EAS 486 Lecture Content for Day 5: Frontogenesis:
2-D and QG
The lecture covered the following:
- Fronts and Jet Streaks (cont)
- Frontogenesis
- Pettersen (1936) Two-Dimensional Frontogenesis
- Definition (see class notes): note the presence of substantial derivative
- Derivation assumptions
- Assume that the x-axis is parallel to the front and the y-axis points
towards the colder air
- All isentropes are parallel to the front
- No along-front variations in u or T.
- Frontogenesis produced through
- Confluent flow (Term 1)
- Warm-air advection on warm side; cold-air advection on cold
side
- Rising cold air, sinking warm air (Tilting Term)
- Thermally indirect circulation (as in exit region of straight
jet streak)
- Less diabatic heating on cold side and/or more diabatic heating
on warm side (Differential Diabatic Heating Term)
- Daytime example: cloudy on cold side of front; sunny on warm
side of front
- Example 2: Diabatic heating from open lake on warm side of front
when air temperature < lake temperature.
- Frontolysis produced through
- Diffluent flow (Term 1)
- Cold advection on warm side; Warm advection on cold side
- Rising warm air, sinking cold air (Tilting Term)
- Thermally direct circulation (as in entrance region of straight
jet streak)
- More diabatic heating on cold side and/or less diabatic heating
on warm side (Differential Diabatic Heating Term)
- Example: Weak cold front with deeper mixed layer on cold side
- Inversion aloft on warm side limits diabatic heating and/or
produces clouds
- Deeper mixed layer with modest cold advection at 850 mb
or 700 mb allows surface air on cold side of front to be warmer
- If diabatic heating and vertical velocity assumed to be small, then
the reexpression of frontogenesis is produced by:
- Deformation when the angle between the isentropes and the axis of
dilatation is less than 45°
- Results change for different isentrope orientation (not Gallilean
invariant)
- Convergence
- Example 2: Diabatic heating from open lake on warm side of front
when air temperature < lake temperature.
- In strong lower tropospheric front
- Horizontal confluence or deformation produces frontogenesis which
is strongest in lower troposphere
- Tilting term results in frontolysis in middle and upper troposphere
due to direct circulation
- Miller (1948) Three-Dimensional Frontogenesis
- Used for calculation of frontogenesis for a data set with gridded atmospheric
parameters
- If vertical advection terms dropped and assumed adiabatic, get two-dimensional
adiabatic form (still get tilting effects from horizontal gradients of
vertical motion)
- Quasi-geostrophic frontogenesis
- Assumptions
- No diabatic effects
- Level surface (omega is zero at the lower boundary)
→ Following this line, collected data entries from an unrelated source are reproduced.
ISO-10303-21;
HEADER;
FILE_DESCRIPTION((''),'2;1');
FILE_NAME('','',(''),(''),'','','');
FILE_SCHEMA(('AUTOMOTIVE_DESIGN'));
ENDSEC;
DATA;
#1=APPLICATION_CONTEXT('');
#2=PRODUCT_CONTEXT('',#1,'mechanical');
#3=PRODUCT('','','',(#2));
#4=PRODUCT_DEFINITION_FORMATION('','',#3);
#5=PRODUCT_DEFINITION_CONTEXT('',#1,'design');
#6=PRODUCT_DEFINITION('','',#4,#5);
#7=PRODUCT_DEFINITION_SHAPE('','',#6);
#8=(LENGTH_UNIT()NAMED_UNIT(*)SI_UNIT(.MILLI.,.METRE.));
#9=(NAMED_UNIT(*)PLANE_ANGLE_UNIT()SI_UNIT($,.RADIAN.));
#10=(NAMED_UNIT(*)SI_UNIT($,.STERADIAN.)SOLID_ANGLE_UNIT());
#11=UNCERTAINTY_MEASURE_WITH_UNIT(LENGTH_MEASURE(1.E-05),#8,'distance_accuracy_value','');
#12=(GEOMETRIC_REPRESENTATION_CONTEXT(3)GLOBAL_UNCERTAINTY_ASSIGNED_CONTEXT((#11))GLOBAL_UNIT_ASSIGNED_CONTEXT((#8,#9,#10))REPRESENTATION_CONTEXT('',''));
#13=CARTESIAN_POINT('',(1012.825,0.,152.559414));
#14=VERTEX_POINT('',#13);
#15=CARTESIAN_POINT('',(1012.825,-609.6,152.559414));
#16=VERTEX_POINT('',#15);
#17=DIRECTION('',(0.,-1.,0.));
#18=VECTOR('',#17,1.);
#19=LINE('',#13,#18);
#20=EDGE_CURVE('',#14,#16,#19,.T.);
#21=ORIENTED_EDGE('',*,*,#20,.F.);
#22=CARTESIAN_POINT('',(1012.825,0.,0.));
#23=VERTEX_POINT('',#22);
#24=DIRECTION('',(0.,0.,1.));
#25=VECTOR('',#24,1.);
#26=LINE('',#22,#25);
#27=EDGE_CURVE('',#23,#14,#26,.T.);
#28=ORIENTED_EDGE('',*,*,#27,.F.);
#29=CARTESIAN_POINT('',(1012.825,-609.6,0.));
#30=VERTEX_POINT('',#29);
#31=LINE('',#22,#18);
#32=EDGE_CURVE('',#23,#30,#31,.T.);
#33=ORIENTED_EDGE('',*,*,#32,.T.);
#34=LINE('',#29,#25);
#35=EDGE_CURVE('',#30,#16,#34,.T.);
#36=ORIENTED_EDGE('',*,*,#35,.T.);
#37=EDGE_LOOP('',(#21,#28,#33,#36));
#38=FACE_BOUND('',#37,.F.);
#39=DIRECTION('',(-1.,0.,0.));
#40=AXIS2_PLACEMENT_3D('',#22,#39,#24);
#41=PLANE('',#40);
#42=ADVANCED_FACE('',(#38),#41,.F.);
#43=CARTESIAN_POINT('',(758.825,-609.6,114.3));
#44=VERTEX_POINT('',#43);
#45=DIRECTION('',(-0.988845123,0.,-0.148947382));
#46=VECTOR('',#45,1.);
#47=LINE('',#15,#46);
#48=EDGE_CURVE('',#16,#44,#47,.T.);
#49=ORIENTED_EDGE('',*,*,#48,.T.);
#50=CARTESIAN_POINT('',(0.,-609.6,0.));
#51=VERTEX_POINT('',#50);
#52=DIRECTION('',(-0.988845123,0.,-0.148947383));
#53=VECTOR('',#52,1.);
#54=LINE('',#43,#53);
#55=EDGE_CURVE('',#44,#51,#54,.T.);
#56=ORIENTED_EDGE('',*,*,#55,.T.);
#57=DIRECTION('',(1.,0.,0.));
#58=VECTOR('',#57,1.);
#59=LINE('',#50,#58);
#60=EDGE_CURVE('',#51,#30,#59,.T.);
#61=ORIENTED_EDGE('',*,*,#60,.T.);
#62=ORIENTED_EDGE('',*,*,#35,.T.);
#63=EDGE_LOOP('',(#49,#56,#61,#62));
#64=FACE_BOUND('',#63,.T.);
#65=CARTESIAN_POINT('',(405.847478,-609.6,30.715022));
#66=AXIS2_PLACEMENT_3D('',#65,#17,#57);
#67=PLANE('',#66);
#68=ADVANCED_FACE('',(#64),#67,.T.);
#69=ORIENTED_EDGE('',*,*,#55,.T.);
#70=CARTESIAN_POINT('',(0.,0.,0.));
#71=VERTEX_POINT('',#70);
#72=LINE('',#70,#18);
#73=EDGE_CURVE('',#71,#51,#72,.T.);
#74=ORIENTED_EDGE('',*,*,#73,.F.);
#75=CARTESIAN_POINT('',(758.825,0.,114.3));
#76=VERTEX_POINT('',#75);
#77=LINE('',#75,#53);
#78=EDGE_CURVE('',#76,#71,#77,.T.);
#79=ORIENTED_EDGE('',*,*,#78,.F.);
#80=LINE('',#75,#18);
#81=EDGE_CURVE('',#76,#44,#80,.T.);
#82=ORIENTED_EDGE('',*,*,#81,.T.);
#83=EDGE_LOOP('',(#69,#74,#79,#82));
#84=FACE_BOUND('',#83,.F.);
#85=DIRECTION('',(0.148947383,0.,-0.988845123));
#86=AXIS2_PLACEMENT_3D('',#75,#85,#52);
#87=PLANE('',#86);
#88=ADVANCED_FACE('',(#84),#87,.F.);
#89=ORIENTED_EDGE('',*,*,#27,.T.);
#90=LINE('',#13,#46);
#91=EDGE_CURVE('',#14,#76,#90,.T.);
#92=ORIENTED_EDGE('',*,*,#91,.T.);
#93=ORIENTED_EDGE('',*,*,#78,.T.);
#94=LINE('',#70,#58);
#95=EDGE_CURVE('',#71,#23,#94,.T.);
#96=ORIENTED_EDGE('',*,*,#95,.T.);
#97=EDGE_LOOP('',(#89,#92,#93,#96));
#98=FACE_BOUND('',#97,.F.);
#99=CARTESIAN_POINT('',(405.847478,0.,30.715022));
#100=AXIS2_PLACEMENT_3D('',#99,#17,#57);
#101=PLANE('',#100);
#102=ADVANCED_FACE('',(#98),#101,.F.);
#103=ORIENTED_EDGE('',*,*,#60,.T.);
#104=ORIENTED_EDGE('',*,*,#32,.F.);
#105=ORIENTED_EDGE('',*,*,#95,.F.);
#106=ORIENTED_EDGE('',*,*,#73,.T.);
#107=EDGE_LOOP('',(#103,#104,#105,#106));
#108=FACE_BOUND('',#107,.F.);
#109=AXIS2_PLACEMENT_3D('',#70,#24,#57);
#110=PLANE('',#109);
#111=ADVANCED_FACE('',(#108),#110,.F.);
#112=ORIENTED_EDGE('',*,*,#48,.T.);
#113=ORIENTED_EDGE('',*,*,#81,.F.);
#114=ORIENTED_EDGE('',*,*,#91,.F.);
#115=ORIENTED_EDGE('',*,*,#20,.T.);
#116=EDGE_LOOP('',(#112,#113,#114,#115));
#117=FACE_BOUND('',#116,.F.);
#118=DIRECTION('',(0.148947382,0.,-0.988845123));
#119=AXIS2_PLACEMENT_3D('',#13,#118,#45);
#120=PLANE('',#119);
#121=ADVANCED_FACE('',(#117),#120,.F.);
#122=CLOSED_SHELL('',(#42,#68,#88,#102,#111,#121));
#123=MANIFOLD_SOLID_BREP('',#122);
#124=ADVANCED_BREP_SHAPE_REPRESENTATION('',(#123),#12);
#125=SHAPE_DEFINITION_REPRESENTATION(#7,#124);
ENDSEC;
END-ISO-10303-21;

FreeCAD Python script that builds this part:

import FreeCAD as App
import Part
import Sketcher
from FreeCAD import Vector
Q = App.Units.Quantity

doc = App.newDocument("Part")
body = doc.addObject("PartDesign::Body", "Body")

sketch1 = body.newObject("Sketcher::SketchObject", "Sketch")
sketch1.AttachmentSupport = (doc.getObject("XZ_Plane"), [""])
sketch1.MapMode = "FlatFace"
sketch1.addGeometry(Part.LineSegment(Vector(758.825, 114.3, 0), Vector(0, 0, 0)), False)
sketch1.addGeometry(Part.LineSegment(Vector(0, 0, 0), Vector(1012.825, 0, 0)), False)
sketch1.addGeometry(Part.LineSegment(Vector(1012.825, 0, 0), Vector(1012.825, 152.559414, 0)), False)
sketch1.addGeometry(Part.LineSegment(Vector(1012.825, 152.559414, 0), Vector(758.825, 114.3, 0)), False)
sketch1.addConstraint(Sketcher.Constraint("Coincident", 0, 2, 1, 1))
sketch1.addConstraint(Sketcher.Constraint("Coincident", 1, 2, 2, 1))
sketch1.addConstraint(Sketcher.Constraint("Coincident", 2, 2, 3, 1))
sketch1.addConstraint(Sketcher.Constraint("Coincident", 3, 2, 0, 1))
sketch1.addConstraint(Sketcher.Constraint("Horizontal", 1))
sketch1.addConstraint(Sketcher.Constraint("Vertical", 2))
sketch1.addConstraint(Sketcher.Constraint("Coincident", 0, 2, -1, 1))
sketch1.addConstraint(Sketcher.Constraint("Parallel", 0, 3))
sketch1.addConstraint(Sketcher.Constraint("DistanceX", 3, 2, 2, 2, Q("10 in")))
sketch1.addConstraint(Sketcher.Constraint("DistanceY", -1, 1, 3, 2, Q("4.5 in")))
sketch1.addConstraint(Sketcher.Constraint("DistanceX", 1, 1, 1, 2, Q("39.875 in")))
pad1 = body.newObject("PartDesign::Pad", "Pad")
pad1.Profile = sketch1
pad1.Length = Q("24 in")

doc.recompute()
- v is replaced by vg in confluence term
- Confluence expressed by (-dvg/dy) (all partial
derivatives) and is held fixed
- Produces odd looking front
- Isentropes like "Japanese fan"
- Static instability on warm side of front
- "e-folding time" for frontal strengthing = 10**5 seconds
or 1 day
- To get typical frontal gradient takes 2.5 days
- In nature, frontal collapse takes a matter of hours
- Is positive if Q-vector has a component (Qn)
pointing from cold side to warm side of front
- So, QG Theory fails for frontogenesis
- Any process involving strong frontogenesis would throw off QG views
of dynamics (differential vorticity advection, Laplacian of thermal
advection; Q-vector analysis)
- Especially bad during early frontal development stages.